## Exercise description
Using the listing below, retype exactly the lines starting at the one with "BOSS_EXTRUDE2_DEPTH = 32" and ending at the one with "extrude(amount=BOSS_EXTRUDE2_DEPTH)", and include both.

## Source records
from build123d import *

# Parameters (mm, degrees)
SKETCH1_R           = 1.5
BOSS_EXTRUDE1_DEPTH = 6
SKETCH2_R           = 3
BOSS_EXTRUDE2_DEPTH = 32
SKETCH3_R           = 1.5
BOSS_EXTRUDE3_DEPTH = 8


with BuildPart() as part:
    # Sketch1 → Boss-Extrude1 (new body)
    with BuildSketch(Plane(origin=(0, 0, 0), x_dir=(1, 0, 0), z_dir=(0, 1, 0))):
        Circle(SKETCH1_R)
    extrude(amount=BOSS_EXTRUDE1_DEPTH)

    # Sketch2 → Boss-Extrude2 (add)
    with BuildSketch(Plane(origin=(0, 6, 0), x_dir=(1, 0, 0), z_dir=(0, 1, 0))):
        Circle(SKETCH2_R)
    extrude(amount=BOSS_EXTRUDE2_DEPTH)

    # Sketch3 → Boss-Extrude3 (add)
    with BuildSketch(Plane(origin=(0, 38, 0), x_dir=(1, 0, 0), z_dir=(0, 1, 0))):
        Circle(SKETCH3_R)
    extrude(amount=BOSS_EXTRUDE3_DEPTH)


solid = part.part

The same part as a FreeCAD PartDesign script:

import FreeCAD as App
import Part
import Sketcher
from FreeCAD import Vector
Q = App.Units.Quantity

doc = App.newDocument("Part")
body = doc.addObject("PartDesign::Body", "Body")

# Sketch on XZ plane
sketch1 = doc.addObject("Sketcher::SketchObject", "Sketch")
body.addObject(sketch1)
sketch1.AttachmentSupport = (doc.XZ_Plane, [""])
sketch1.MapMode = "FlatFace"
sketch1.addGeometry(Part.Circle(Vector(0, 0, 0), Vector(0, 0, 1), 1.5), False)
sketch1.addConstraint([
    Sketcher.Constraint("Coincident", 0, 3, -1, 1),
    Sketcher.Constraint("Diameter", 0, Q("3 mm")),
])
pad1 = doc.addObject("PartDesign::Pad", "Pad")
body.addObject(pad1)
pad1.Profile = sketch1
pad1.Length = 6
pad1.Reversed = True

# Sketch on XZ plane
sketch2 = doc.addObject("Sketcher::SketchObject", "Sketch001")
body.addObject(sketch2)
sketch2.AttachmentSupport = (doc.XZ_Plane, [""])
sketch2.MapMode = "FlatFace"
sketch2.AttachmentOffset = App.Placement(Vector(0, 0, -6), App.Rotation())
sketch2.addGeometry(Part.Circle(Vector(0, 0, 0), Vector(0, 0, 1), 3), False)
sketch2.addConstraint([
    Sketcher.Constraint("Coincident", 0, 3, -1, 1),
    Sketcher.Constraint("Diameter", 0, Q("6 mm")),
])
pad2 = doc.addObject("PartDesign::Pad", "Pad001")
body.addObject(pad2)
pad2.Profile = sketch2
pad2.Length = 32
pad2.Reversed = True

# Sketch on XZ plane
sketch3 = doc.addObject("Sketcher::SketchObject", "Sketch002")
body.addObject(sketch3)
sketch3.AttachmentSupport = (doc.XZ_Plane, [""])
sketch3.MapMode = "FlatFace"
sketch3.AttachmentOffset = App.Placement(Vector(0, 0, -38), App.Rotation())
sketch3.addGeometry(Part.Circle(Vector(0, 0, 0), Vector(0, 0, 1), 1.5), False)
sketch3.addConstraint([
    Sketcher.Constraint("Coincident", 0, 3, -1, 1),
    Sketcher.Constraint("Diameter", 0, Q("3 mm")),
])
pad3 = doc.addObject("PartDesign::Pad", "Pad002")
body.addObject(pad3)
pad3.Profile = sketch3
pad3.Length = 8
pad3.Reversed = True

doc.recompute()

## Expected answer
BOSS_EXTRUDE2_DEPTH = 32
SKETCH3_R           = 1.5
BOSS_EXTRUDE3_DEPTH = 8


with BuildPart() as part:
    # Sketch1 → Boss-Extrude1 (new body)
    with BuildSketch(Plane(origin=(0, 0, 0), x_dir=(1, 0, 0), z_dir=(0, 1, 0))):
        Circle(SKETCH1_R)
    extrude(amount=BOSS_EXTRUDE1_DEPTH)

    # Sketch2 → Boss-Extrude2 (add)
    with BuildSketch(Plane(origin=(0, 6, 0), x_dir=(1, 0, 0), z_dir=(0, 1, 0))):
        Circle(SKETCH2_R)
    extrude(amount=BOSS_EXTRUDE2_DEPTH)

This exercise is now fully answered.